===== TASK MATERIAL
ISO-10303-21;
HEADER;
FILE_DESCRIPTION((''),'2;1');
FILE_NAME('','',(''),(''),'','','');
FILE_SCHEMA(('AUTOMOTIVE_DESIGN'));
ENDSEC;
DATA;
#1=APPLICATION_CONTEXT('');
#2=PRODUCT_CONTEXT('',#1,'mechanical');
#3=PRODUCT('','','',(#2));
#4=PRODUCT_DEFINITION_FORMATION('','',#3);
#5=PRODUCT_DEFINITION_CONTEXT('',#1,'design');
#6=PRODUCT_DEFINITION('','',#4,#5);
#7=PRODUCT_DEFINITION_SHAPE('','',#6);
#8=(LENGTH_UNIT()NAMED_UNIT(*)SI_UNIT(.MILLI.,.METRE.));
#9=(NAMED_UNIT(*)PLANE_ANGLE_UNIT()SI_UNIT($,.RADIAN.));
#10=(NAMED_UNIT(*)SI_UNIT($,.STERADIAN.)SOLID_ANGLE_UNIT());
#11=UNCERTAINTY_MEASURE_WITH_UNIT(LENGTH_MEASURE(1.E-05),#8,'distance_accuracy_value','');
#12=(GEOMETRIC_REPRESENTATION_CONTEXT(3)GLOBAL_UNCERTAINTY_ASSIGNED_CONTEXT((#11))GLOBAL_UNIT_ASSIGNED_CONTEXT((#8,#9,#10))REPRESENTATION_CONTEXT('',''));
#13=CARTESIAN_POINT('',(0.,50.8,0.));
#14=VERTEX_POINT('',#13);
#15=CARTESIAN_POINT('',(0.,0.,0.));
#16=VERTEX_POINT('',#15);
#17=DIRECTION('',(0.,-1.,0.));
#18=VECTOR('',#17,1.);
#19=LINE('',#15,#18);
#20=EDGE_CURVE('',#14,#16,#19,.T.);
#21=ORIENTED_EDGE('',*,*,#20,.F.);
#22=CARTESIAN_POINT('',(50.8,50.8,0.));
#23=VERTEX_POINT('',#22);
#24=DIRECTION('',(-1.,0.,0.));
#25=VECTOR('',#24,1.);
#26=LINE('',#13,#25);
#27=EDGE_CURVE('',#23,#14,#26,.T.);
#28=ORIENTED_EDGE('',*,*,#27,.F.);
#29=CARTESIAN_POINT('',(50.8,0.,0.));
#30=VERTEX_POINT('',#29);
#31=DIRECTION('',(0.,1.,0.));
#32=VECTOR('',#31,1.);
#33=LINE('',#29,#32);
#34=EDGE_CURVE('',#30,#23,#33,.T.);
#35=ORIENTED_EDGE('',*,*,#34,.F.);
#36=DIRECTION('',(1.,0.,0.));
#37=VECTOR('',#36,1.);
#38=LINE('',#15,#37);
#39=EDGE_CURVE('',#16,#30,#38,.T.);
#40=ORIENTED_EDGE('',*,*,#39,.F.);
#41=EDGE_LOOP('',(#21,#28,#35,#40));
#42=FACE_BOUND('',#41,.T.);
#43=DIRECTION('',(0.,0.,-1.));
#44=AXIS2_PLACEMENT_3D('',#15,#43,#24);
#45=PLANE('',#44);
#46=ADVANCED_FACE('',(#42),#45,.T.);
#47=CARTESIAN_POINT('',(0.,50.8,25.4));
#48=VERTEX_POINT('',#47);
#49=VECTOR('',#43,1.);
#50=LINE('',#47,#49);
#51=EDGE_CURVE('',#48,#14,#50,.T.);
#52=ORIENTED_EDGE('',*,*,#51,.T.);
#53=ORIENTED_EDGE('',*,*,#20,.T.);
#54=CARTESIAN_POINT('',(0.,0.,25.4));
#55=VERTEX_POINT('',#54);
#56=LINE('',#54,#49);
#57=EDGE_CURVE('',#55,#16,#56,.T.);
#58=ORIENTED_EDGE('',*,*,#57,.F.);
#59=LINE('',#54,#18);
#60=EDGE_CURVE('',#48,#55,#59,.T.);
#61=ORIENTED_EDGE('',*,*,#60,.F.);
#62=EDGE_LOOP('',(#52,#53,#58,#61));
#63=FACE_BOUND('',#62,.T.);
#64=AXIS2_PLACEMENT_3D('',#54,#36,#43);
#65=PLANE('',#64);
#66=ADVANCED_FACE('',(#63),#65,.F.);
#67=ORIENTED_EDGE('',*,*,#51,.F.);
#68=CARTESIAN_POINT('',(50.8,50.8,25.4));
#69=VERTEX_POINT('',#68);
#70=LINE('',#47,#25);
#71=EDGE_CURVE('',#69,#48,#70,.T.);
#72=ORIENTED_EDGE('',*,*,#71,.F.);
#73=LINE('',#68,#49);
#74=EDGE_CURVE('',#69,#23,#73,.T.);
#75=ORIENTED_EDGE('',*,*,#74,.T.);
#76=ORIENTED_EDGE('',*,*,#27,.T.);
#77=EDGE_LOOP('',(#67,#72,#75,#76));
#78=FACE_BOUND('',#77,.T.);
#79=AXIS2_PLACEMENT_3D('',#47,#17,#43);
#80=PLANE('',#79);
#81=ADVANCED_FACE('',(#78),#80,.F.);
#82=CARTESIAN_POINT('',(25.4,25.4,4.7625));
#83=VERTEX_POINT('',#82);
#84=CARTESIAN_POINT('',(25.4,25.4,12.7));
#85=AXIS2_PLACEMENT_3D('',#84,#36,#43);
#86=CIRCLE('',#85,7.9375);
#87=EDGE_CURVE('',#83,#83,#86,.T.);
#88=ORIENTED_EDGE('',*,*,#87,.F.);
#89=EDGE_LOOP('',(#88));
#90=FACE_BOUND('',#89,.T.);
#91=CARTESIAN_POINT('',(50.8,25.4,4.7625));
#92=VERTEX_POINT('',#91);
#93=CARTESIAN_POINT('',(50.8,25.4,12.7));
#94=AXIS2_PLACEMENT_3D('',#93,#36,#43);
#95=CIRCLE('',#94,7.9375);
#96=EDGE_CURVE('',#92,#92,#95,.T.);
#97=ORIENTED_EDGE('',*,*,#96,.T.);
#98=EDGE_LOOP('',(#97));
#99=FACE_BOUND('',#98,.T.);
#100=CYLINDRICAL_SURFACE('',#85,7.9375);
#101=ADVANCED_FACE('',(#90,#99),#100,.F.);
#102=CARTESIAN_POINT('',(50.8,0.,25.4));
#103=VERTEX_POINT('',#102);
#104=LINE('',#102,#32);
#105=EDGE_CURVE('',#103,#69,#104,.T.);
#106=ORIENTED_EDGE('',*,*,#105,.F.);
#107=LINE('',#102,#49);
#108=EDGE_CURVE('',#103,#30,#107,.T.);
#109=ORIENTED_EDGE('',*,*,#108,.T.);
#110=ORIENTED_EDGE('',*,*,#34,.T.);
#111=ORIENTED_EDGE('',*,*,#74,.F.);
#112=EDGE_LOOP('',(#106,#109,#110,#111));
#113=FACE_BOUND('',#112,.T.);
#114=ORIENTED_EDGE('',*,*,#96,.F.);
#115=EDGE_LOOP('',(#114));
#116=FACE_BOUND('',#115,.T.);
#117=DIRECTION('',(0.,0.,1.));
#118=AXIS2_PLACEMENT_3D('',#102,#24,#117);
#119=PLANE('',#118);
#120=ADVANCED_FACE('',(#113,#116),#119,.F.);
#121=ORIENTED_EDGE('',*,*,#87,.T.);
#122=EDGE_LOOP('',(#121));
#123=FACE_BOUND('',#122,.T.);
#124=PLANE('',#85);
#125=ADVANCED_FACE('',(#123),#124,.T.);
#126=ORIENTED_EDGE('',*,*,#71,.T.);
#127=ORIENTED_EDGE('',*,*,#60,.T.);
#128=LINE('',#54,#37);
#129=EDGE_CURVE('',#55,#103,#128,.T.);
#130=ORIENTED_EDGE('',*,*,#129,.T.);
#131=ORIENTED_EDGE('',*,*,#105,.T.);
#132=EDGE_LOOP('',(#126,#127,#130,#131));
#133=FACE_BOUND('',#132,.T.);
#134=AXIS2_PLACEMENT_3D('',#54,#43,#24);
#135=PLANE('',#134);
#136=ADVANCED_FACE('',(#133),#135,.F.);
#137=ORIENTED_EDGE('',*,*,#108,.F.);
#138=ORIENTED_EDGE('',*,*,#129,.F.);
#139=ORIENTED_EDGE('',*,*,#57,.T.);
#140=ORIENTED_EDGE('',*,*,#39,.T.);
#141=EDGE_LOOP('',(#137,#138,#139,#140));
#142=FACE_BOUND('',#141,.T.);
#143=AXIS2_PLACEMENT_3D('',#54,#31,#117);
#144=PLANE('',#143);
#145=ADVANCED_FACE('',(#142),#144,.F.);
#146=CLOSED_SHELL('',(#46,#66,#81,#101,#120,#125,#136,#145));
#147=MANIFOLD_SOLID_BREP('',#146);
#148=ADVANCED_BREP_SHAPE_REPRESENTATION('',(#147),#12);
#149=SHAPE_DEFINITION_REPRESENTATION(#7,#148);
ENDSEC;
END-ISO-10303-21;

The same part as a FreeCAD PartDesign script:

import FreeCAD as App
import Part
import Sketcher
from FreeCAD import Vector
Q = App.Units.Quantity


def add_polygon(sketch, points):
    """Adds a closed chain of lines whose ends are joined by coincident constraints."""
    first, n = sketch.GeometryCount, len(points)
    for a, b in zip(points, points[1:] + points[:1]):
        sketch.addGeometry(Part.LineSegment(App.Vector(*a, 0), App.Vector(*b, 0)), False)
    for i in range(n):
        sketch.addConstraint(Sketcher.Constraint("Coincident", first + i, 2, first + (i + 1) % n, 1))

doc = App.newDocument("Part")
body = doc.addObject("PartDesign::Body", "Body")

sketch1 = doc.addObject("Sketcher::SketchObject", "Sketch")
body.addObject(sketch1)
sketch1.AttachmentSupport = (doc.XY_Plane, [""])
sketch1.MapMode = "FlatFace"
add_polygon(sketch1, [(0, 51), (0, 0), (51, 0), (51, 51)])
sketch1.addConstraint([
    Sketcher.Constraint("Vertical", 0),
    Sketcher.Constraint("Horizontal", 1),
    Sketcher.Constraint("Vertical", 2),
    Sketcher.Constraint("Horizontal", 3),
    Sketcher.Constraint("Coincident", 0, 2, -1, 1),
    Sketcher.Constraint("Equal", 3, 0),
    Sketcher.Constraint("DistanceX", 1, 1, 1, 2, Q("2 in")),
])
pad1 = doc.addObject("PartDesign::Pad", "Pad")
body.addObject(pad1)
pad1.Profile = sketch1
pad1.Length = Q("1 in")

sketch2 = doc.addObject("Sketcher::SketchObject", "Sketch001")
body.addObject(sketch2)
sketch2.AttachmentSupport = (doc.YZ_Plane, [""])
sketch2.MapMode = "FlatFace"
sketch2.AttachmentOffset = App.Placement(Vector(0, 0, 2 * 25.4), App.Rotation())
sketch2.addGeometry(Part.Circle(Vector(25, 13, 0), Vector(0, 0, 1), 8), False)
sketch2.addConstraint([
    Sketcher.Constraint("Diameter", 0, Q("0.625 in")),
    Sketcher.Constraint("DistanceX", -1, 1, 0, 3, Q("1 in")),
    Sketcher.Constraint("DistanceY", -1, 1, 0, 3, Q("0.5 in")),
])
pocket1 = doc.addObject("PartDesign::Pocket", "Pocket")
body.addObject(pocket1)
pocket1.Profile = sketch2
pocket1.Length = Q("1 in")

doc.recompute()
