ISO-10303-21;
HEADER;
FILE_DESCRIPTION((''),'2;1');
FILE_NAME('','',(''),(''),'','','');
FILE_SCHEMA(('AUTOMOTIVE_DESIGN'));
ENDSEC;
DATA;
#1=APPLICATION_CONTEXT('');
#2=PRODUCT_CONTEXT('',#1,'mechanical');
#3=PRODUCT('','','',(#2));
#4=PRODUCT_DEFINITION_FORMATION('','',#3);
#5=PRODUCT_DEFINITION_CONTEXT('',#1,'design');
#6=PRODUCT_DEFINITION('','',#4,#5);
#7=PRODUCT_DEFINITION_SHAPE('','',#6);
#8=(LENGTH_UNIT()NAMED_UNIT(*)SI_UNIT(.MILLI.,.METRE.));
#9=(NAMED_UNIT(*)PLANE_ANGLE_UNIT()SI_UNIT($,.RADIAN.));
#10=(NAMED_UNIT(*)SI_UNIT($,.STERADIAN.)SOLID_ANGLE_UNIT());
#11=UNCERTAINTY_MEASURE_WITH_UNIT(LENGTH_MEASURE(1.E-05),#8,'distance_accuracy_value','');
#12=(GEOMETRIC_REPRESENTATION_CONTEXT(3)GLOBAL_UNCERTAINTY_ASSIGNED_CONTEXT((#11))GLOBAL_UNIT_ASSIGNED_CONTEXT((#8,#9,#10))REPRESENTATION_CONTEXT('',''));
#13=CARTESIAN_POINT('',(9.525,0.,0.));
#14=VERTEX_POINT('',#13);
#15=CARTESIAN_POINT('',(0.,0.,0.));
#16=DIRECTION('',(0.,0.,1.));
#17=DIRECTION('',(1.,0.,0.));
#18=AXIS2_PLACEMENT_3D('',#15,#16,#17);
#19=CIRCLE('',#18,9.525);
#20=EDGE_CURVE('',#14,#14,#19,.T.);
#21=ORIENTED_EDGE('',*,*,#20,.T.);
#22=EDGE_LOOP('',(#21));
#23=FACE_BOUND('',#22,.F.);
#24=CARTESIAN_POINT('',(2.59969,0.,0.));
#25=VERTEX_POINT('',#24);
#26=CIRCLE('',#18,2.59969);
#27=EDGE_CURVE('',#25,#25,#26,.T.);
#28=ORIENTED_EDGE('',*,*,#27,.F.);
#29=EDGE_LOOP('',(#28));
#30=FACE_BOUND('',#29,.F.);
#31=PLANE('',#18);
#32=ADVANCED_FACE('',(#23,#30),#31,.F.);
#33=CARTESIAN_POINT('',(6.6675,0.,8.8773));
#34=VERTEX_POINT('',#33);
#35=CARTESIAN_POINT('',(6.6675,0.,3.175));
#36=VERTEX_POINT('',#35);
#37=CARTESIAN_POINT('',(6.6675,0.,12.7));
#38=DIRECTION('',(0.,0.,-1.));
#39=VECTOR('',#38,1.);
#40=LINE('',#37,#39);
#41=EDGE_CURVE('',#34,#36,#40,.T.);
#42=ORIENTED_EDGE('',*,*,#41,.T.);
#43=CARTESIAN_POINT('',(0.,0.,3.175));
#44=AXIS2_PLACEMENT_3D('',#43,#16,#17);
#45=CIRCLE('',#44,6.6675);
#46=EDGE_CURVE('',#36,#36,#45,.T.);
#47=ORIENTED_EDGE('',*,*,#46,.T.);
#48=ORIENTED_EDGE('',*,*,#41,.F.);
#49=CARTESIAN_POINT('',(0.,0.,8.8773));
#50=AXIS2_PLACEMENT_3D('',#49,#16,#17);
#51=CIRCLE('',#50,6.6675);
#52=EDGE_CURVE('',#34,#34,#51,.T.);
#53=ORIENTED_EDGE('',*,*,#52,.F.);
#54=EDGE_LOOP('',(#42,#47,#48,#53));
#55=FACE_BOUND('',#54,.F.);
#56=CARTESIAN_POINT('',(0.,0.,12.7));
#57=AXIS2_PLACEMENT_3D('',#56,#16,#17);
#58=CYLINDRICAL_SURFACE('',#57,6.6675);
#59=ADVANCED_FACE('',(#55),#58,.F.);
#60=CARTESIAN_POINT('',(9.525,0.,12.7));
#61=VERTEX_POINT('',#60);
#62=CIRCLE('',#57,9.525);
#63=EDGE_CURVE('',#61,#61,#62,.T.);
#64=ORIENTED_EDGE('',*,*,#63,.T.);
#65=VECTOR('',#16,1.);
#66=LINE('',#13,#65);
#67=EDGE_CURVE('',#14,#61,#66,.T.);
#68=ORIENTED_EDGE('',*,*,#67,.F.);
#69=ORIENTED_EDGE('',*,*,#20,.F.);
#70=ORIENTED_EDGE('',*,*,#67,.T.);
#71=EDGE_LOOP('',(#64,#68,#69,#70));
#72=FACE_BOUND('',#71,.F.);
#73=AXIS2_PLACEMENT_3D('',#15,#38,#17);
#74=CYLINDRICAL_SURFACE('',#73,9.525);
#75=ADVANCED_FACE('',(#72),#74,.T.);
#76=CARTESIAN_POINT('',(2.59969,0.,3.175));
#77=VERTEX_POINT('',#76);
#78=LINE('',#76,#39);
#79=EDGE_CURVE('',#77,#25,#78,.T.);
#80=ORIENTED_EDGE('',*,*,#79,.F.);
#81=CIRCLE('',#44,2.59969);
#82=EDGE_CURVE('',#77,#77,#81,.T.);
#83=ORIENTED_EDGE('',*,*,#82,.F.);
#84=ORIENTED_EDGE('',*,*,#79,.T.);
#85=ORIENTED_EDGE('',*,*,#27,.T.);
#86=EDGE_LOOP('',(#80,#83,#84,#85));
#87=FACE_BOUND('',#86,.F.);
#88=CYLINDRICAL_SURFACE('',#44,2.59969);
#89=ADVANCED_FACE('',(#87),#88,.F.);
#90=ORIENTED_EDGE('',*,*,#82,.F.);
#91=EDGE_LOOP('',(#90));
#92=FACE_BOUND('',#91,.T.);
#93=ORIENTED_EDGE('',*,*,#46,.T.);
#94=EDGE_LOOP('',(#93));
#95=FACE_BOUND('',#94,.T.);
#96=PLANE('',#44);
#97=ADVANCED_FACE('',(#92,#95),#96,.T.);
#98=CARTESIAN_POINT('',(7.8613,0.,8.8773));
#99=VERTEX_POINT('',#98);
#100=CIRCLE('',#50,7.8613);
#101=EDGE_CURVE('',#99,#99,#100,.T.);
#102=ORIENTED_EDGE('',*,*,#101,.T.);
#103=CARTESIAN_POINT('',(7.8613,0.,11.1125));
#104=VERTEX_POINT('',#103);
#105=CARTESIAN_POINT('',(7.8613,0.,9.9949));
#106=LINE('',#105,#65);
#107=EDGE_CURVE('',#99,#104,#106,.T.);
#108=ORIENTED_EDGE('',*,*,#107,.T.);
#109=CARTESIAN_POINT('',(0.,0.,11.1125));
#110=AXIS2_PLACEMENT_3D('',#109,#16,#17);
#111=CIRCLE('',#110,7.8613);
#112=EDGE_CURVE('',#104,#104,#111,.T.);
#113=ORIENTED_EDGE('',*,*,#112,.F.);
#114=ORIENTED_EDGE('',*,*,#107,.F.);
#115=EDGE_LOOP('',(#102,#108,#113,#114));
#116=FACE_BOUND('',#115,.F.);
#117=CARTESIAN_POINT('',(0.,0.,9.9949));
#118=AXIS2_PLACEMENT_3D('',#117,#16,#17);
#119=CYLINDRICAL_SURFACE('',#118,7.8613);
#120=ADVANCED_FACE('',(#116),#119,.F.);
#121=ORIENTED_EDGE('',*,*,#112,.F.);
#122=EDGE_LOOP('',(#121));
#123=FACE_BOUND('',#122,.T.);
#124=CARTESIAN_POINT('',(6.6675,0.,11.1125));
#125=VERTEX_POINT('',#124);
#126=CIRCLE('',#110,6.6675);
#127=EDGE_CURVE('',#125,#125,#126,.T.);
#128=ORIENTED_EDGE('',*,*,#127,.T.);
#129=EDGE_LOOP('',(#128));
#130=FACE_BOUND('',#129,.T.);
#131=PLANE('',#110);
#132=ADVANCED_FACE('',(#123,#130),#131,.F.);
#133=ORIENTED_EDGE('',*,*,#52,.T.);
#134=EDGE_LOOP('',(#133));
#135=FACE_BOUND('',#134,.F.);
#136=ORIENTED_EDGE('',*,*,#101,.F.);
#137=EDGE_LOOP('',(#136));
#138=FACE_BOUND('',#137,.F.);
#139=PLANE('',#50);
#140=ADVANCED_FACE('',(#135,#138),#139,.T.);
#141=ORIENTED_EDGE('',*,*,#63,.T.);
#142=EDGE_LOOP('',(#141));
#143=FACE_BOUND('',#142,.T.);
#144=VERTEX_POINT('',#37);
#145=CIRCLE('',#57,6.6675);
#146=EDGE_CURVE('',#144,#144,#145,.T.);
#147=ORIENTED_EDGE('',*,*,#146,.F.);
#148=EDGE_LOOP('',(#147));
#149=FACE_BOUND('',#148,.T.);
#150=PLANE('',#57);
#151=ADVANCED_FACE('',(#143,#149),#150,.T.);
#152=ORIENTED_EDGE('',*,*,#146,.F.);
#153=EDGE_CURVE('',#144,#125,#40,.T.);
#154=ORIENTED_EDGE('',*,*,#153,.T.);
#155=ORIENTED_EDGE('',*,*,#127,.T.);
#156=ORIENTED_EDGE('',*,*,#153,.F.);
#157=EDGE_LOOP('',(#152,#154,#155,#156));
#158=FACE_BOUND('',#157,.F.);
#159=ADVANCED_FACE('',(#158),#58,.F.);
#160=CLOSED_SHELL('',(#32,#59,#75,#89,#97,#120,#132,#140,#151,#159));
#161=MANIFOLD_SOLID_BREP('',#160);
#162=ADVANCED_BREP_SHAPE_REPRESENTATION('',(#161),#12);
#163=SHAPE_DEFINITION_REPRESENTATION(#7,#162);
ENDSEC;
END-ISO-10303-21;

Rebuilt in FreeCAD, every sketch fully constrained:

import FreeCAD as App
import Part
import Sketcher
Q = App.Units.Quantity

doc = App.newDocument("Part")
body = doc.addObject("PartDesign::Body", "Body")

sketch1 = body.newObject("Sketcher::SketchObject", "Sketch")
sketch1.AttachmentSupport = (doc.getObject("XY_Plane"), [""])
sketch1.MapMode = "FlatFace"
sketch1.addGeometry(Part.Circle(App.Vector(0, 0, 0), App.Vector(0, 0, 1), 10), False)
sketch1.addConstraint([
    Sketcher.Constraint("Coincident", 0, 3, -1, 1),
    Sketcher.Constraint("Diameter", 0, Q("0.75 in")),
])
pad1 = body.newObject("PartDesign::Pad", "Pad")
pad1.Profile = sketch1
pad1.Length = Q("0.5 in")

sketch2 = body.newObject("Sketcher::SketchObject", "Sketch001")
sketch2.AttachmentSupport = (doc.getObject("XY_Plane"), [""])
sketch2.MapMode = "FlatFace"
sketch2.AttachmentOffset = App.Placement(App.Vector(0, 0, 0.5 * 25.4), App.Rotation())
sketch2.addGeometry(Part.Circle(App.Vector(0, 0, 0), App.Vector(0, 0, 1), 7), False)
sketch2.addConstraint([
    Sketcher.Constraint("Coincident", 0, 3, -1, 1),
    Sketcher.Constraint("Diameter", 0, Q("0.525 in")),
])
pocket1 = body.newObject("PartDesign::Pocket", "Pocket")
pocket1.Profile = sketch2
pocket1.Length = Q("0.375 in")

sketch3 = body.newObject("Sketcher::SketchObject", "Sketch002")
sketch3.AttachmentSupport = (doc.getObject("XY_Plane"), [""])
sketch3.MapMode = "FlatFace"
sketch3.AttachmentOffset = App.Placement(App.Vector(0, 0, 0.125 * 25.4), App.Rotation())
sketch3.addGeometry(Part.Circle(App.Vector(0, 0, 0), App.Vector(0, 0, 1), 2.6), False)
sketch3.addConstraint([
    Sketcher.Constraint("Coincident", 0, 3, -1, 1),
    Sketcher.Constraint("Diameter", 0, Q("0.2047 in")),
])
pocket2 = body.newObject("PartDesign::Pocket", "Pocket001")
pocket2.Profile = sketch3
pocket2.Length = Q("1 in")

sketch4 = body.newObject("Sketcher::SketchObject", "Sketch003")
sketch4.AttachmentSupport = (doc.getObject("XZ_Plane"), [""])
sketch4.MapMode = "FlatFace"
sketch4.addGeometry([
    Part.LineSegment(App.Vector(6.7, 11.1, 0), App.Vector(6.7, 8.9, 0)),
    Part.LineSegment(App.Vector(6.7, 8.9, 0), App.Vector(7.9, 8.9, 0)),
    Part.LineSegment(App.Vector(7.9, 8.9, 0), App.Vector(7.9, 11.1, 0)),
    Part.LineSegment(App.Vector(7.9, 11.1, 0), App.Vector(6.7, 11.1, 0)),
], False)
sketch4.addConstraint([
    Sketcher.Constraint("Coincident", 0, 2, 1, 1),
    Sketcher.Constraint("Coincident", 1, 2, 2, 1),
    Sketcher.Constraint("Coincident", 2, 2, 3, 1),
    Sketcher.Constraint("Coincident", 3, 2, 0, 1),
    Sketcher.Constraint("Vertical", 0),
    Sketcher.Constraint("Horizontal", 1),
    Sketcher.Constraint("Vertical", 2),
    Sketcher.Constraint("Horizontal", 3),
    Sketcher.Constraint("DistanceX", 1, 1, 1, 2, Q("0.047 in")),
    Sketcher.Constraint("DistanceY", 0, 2, 0, 1, Q("0.088 in")),
    Sketcher.Constraint("DistanceY", -1, 1, 2, 2, Q("0.4375 in")),
    Sketcher.Constraint("DistanceX", -1, 1, 0, 2, Q("0.2625 in")),
])
groove = body.newObject("PartDesign::Groove", "Groove")
groove.Profile = sketch4
groove.ReferenceAxis = (sketch4, ["V_Axis"])
groove.Angle = 360

doc.recompute()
==========
#### ABOUT THIS EXERCISE
Take the listing above and repeat exactly the lines from the one containing "#51=CIRCLE('',#50,6.6675);" through the one containing "#59=ADVANCED_FACE('',(#55),#58,.F.);", both included.

#### TASK RESPONSE
#51=CIRCLE('',#50,6.6675);
#52=EDGE_CURVE('',#34,#34,#51,.T.);
#53=ORIENTED_EDGE('',*,*,#52,.F.);
#54=EDGE_LOOP('',(#42,#47,#48,#53));
#55=FACE_BOUND('',#54,.F.);
#56=CARTESIAN_POINT('',(0.,0.,12.7));
#57=AXIS2_PLACEMENT_3D('',#56,#16,#17);
#58=CYLINDRICAL_SURFACE('',#57,6.6675);
#59=ADVANCED_FACE('',(#55),#58,.F.);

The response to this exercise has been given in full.